モデルで女優の水原希子さんが、インターネット上で人種差別的な発言や中傷を受けている。
水原さんはなぜ、執拗な攻撃の対象となってしまったのだろうか。その背景には、現在もネット上で拡散する水原さんが言ったとされるある「発言」の存在があった。
『2ちゃんねる』の元管理人・西村博之氏9月19日、自身のブロクで、その「発言」が存在しなかったことを指摘し、ウソの情報を拡散させてしまう状況に苦言を呈した。
■騒動のきっかけは...
水原さんは、アメリカ人の父親と韓国人の母親を持ち、アメリカ・テキサス州のダラス生まれを公表している。幼い頃に日本へ移り住んだが、外国にルーツを持つことを背景に、彼女に出生に対する差別的なツイートが寄せられる騒動が起きた。
水原さんがCM出演するサントリービールの「ザ・プレミアム・モルツ」の公式Twitterが9月7日、CM動画をツイートしたところ、「日本人を使え」などと人種差別的なコメントが書き込まれた。
過去に、同じアカウントで水原さんが出演するCM動画がツイートされた際にも、「在日」などの言葉を差別的な文脈で使ったコメントが付いていた。
今回のサントリーの1件で、水原さんに対する差別や中傷が注目・問題視されることになったが、実は以前から、この問題はネット上で起きていた。
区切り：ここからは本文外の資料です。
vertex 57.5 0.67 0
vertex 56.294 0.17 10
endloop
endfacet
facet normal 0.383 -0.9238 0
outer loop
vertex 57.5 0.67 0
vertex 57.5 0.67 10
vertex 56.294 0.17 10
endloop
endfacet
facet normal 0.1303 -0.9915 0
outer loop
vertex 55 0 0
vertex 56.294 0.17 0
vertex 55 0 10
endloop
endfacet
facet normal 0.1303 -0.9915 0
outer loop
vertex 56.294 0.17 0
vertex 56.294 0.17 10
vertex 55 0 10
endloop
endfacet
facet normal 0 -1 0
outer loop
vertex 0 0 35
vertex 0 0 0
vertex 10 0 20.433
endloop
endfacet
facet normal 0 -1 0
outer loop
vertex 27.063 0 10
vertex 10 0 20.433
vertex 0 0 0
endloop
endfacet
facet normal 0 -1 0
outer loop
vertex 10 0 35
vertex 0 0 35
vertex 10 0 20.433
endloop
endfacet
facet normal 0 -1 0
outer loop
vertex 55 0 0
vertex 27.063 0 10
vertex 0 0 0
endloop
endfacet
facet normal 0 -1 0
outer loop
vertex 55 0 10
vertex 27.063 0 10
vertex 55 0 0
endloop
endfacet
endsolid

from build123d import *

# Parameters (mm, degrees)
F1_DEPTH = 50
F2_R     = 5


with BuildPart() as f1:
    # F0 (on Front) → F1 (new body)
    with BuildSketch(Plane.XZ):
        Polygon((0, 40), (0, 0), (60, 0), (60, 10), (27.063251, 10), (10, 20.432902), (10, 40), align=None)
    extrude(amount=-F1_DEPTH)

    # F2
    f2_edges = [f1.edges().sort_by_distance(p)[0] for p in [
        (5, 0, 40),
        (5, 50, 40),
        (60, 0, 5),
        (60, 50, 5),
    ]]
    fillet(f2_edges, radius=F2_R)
そのきっかけとなったのが、水原さんが動画サイトで公開した動画だった。
中国の天安門に中指を立てた写真作品に、水原さんがInstagramで「いいね!」をつけたことなどに激怒した中国のネットユーザーに対して謝罪したものとみられる。
その動画の中で、「日本人じゃないから許してほしい」と発言をしたという情報が広まった。
これを信じた日本のネットユーザーから、「韓国に帰れ」「なんで日本で活動しているんだ」などと批判が起きたことが、ことの始まりだ。
■「日本人じゃないから許してほしい」実際は言っていない
ところが、「日本人じゃないから許してほしい」という発言は実際には言っていない。
インターネット掲示板『2ちゃんねる』の元管理人・西村博之氏が9月19日、自身のブログで、その点を指摘している。
「言ってないことを言ったことにする頭の残念な人達」とのタイトルで更新し、水原さんが英語で謝罪した動画と日本語訳を掲載。「『日本人ではない』とは一言も言っていない。そもそも『日本人』という単語すら動画の中では使っていない」とつづった。
実際の動画では、写真に「いいね!」をつけたことを認めた上で、「1時間後に削除した」「(投稿した)友人も悪いと気づいて削除した」と説明。「絶対に中国に住む人々を傷つけたり、そういった意図を持つことはありません」「後悔している」などと謝罪している。
アメリカ生まれ、日本育ちという自身の生い立ちや、アメリカ人の父親と日本で生まれた韓国人の母親を持つという出生を説明しているが、「日本人じゃないから...」「許してほしい」という発言は確認できない。
■ミスリードが中傷を助長した?
しかし、この騒動を取り上げた記事の中には、あたかも「日本人じゃないから許して」という発言があったかのように受け取れたり、その発言を事実として紹介したりするものが散見された。そうした発言をした別の動画や、他の場面も編集された録画があるのかどうか、今のところ確認できていない。
このような'ミスリード'が、水原さんへの執拗なバッシングを助長しているとみられている。
こうした現状を踏まえて、西村氏は同じブログで「政治的やら思想的やらで訴えたいことがあるあまりに、言ってないことをねつ造して触れ回る人が見受けられる」と苦言を呈した。